(Dataset):
-- Opening Marker --
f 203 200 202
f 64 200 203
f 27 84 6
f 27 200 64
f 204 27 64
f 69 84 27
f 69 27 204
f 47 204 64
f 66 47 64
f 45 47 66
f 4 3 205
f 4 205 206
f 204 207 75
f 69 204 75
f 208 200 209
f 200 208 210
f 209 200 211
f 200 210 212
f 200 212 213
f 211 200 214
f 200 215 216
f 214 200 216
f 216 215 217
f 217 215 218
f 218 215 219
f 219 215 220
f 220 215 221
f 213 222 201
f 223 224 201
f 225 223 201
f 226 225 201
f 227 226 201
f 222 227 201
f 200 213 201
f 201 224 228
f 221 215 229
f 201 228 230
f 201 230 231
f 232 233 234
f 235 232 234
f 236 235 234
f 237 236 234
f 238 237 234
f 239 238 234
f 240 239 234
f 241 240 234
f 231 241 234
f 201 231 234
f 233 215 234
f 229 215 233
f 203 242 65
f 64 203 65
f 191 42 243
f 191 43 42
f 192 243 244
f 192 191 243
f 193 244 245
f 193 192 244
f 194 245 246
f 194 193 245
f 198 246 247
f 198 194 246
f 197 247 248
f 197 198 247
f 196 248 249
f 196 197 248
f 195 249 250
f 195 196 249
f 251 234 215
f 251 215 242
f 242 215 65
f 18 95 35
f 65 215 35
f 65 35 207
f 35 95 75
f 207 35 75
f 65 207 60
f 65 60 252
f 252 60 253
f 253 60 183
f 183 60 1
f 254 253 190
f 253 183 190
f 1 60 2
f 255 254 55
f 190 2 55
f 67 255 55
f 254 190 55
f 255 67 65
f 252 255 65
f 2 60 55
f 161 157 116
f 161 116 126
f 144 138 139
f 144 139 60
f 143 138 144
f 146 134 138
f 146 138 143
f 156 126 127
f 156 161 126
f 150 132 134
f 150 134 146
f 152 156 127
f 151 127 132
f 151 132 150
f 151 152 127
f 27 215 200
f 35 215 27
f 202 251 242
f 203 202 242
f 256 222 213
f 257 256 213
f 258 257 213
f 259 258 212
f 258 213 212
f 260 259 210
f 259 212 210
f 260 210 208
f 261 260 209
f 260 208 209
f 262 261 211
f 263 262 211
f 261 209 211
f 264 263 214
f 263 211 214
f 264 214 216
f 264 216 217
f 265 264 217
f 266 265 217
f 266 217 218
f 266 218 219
-- Closing Marker --
-- Opening Marker --
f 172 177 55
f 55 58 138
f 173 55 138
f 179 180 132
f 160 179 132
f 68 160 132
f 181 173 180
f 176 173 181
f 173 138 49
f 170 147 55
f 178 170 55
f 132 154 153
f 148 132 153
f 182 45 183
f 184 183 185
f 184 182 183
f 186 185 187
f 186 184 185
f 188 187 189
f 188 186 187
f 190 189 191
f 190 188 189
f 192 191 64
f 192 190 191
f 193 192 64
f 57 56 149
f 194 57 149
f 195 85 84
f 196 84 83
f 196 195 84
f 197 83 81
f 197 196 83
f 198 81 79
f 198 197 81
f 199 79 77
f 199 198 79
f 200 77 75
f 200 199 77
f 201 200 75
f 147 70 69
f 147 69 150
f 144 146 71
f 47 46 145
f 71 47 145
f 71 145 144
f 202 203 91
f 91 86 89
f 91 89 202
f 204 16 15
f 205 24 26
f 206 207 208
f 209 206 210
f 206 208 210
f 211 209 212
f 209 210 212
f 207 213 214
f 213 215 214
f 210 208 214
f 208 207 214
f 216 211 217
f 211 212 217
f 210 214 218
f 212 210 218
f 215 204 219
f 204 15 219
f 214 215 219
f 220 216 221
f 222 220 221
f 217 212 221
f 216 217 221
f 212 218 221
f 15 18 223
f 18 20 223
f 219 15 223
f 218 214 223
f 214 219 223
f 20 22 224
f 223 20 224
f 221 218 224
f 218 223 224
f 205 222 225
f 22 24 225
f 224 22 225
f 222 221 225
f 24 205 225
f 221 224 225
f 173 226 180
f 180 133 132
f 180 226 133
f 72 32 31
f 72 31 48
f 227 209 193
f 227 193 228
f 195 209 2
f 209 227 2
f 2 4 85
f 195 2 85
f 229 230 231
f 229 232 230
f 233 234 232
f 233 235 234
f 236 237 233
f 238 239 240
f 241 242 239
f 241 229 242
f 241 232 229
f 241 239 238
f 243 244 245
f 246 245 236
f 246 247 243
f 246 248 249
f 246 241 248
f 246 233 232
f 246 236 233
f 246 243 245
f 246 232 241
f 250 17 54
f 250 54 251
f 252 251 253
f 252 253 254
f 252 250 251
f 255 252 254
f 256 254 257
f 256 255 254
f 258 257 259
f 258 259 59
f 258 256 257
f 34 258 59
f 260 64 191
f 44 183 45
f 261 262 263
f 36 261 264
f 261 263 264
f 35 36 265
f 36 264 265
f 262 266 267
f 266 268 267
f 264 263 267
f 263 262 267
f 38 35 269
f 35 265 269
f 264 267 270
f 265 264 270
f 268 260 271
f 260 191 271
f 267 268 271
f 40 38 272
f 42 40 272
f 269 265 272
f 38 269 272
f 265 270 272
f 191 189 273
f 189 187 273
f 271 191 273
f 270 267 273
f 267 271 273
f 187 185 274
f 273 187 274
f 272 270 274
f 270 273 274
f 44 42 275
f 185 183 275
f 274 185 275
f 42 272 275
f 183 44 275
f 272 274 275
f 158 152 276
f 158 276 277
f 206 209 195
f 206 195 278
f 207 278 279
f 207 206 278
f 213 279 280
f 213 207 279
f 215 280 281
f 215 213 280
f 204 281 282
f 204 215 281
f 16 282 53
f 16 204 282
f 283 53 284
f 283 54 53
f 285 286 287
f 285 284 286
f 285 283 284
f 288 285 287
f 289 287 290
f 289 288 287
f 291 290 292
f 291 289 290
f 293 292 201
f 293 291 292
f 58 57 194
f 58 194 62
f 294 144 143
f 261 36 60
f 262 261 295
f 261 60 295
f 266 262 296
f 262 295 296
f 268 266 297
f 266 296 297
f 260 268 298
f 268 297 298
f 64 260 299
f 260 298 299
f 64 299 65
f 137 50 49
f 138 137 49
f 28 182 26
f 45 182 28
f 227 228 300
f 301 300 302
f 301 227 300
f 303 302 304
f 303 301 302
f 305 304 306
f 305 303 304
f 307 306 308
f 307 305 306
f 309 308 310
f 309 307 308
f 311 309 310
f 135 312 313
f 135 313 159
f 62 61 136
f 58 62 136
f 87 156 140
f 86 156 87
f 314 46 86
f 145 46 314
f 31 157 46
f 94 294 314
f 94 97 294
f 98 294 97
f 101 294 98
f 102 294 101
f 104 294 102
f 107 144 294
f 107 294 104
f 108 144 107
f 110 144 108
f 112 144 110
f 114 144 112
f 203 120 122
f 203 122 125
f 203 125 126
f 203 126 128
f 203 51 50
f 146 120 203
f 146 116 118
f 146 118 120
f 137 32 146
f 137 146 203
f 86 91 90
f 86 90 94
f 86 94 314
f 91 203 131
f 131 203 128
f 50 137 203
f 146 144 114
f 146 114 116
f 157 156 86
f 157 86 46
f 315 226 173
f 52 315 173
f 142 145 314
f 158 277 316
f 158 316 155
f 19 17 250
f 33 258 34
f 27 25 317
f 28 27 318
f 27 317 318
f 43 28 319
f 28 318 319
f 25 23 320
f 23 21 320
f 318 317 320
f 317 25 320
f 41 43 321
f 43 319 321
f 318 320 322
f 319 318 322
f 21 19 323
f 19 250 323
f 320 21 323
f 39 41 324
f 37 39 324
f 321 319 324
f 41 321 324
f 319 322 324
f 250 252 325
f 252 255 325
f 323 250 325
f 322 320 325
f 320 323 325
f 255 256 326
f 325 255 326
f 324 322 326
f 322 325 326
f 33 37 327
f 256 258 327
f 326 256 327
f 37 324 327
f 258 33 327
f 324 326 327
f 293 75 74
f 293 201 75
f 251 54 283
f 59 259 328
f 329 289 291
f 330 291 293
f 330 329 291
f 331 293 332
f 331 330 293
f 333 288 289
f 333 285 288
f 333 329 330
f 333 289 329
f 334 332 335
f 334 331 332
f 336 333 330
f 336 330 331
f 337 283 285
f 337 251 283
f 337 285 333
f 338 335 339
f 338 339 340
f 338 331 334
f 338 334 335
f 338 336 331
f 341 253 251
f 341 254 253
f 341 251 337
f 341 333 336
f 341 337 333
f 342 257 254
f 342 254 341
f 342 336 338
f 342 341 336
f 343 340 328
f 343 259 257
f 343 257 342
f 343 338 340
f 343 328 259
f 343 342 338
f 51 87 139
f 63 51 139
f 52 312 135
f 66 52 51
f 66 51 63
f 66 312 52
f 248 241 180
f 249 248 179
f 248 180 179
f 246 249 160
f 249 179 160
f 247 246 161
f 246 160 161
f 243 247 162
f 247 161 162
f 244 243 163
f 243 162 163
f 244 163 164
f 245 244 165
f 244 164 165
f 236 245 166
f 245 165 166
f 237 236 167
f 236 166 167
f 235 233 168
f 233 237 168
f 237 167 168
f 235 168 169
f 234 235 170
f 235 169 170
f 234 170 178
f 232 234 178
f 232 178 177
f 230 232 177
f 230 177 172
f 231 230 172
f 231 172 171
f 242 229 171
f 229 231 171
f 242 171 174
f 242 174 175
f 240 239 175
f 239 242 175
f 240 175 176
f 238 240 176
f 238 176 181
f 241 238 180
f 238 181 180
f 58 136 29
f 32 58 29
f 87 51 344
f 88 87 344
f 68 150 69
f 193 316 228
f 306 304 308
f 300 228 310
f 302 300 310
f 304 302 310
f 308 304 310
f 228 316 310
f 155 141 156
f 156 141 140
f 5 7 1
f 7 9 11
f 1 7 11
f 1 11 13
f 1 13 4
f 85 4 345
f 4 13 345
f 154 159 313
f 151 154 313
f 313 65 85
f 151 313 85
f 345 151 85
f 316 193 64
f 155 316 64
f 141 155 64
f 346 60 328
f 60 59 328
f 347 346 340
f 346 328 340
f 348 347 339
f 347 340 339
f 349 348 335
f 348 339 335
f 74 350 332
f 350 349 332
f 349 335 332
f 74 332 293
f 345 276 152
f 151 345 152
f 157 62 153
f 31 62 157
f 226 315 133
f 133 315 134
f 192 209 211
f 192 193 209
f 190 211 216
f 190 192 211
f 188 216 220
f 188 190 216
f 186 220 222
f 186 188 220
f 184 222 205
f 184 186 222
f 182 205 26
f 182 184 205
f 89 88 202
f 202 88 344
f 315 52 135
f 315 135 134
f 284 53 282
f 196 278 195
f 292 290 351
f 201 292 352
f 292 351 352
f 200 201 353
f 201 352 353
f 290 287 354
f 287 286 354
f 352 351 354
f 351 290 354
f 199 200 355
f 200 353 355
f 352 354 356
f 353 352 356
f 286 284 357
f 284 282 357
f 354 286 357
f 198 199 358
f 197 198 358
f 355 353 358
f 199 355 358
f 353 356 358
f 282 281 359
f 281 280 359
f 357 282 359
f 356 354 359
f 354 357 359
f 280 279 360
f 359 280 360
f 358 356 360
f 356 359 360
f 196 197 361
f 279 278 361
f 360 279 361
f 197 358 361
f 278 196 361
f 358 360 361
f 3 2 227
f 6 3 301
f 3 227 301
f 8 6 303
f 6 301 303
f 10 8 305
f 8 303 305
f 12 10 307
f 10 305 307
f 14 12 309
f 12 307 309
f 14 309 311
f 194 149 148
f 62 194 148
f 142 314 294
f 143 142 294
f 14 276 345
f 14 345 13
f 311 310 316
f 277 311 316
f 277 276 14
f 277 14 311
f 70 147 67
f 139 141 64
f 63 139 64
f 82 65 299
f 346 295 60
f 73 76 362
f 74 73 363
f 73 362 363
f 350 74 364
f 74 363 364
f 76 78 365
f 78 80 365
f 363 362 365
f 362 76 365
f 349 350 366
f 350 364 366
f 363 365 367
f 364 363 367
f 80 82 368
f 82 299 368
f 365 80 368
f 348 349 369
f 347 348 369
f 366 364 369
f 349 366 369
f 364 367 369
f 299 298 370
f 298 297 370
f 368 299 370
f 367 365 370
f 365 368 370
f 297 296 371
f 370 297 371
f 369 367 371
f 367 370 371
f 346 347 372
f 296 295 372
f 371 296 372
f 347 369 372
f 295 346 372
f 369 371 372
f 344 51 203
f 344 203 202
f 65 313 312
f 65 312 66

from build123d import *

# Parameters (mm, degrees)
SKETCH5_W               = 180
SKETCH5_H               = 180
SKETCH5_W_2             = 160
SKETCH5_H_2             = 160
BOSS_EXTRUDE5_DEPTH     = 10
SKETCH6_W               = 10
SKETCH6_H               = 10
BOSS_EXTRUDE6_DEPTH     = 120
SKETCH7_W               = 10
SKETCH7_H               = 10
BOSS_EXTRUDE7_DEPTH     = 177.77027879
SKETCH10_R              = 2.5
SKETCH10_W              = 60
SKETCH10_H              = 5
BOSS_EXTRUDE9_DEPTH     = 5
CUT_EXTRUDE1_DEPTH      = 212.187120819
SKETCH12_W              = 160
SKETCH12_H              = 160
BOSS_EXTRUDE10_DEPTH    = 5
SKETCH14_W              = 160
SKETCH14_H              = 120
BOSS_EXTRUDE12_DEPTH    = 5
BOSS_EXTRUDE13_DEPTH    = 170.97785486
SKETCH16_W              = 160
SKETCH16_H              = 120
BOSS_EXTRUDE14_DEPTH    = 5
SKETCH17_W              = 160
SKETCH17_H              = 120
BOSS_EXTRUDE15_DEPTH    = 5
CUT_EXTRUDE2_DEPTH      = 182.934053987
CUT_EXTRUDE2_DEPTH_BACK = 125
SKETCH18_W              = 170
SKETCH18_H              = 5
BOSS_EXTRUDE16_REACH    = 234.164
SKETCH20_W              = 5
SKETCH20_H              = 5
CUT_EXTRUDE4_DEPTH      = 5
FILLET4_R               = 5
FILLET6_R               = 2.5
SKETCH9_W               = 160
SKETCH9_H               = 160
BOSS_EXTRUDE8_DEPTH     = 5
-- Closing Marker --
Reproduce the lines of the entries above from the one with "f 236 237 233" to the one with "f 264 263 267", both included, exactly and without any other line.

f 236 237 233
f 238 239 240
f 241 242 239
f 241 229 242
f 241 232 229
f 241 239 238
f 243 244 245
f 246 245 236
f 246 247 243
f 246 248 249
f 246 241 248
f 246 233 232
f 246 236 233
f 246 243 245
f 246 232 241
f 250 17 54
f 250 54 251
f 252 251 253
f 252 253 254
f 252 250 251
f 255 252 254
f 256 254 257
f 256 255 254
f 258 257 259
f 258 259 59
f 258 256 257
f 34 258 59
f 260 64 191
f 44 183 45
f 261 262 263
f 36 261 264
f 261 263 264
f 35 36 265
f 36 264 265
f 262 266 267
f 266 268 267
f 264 263 267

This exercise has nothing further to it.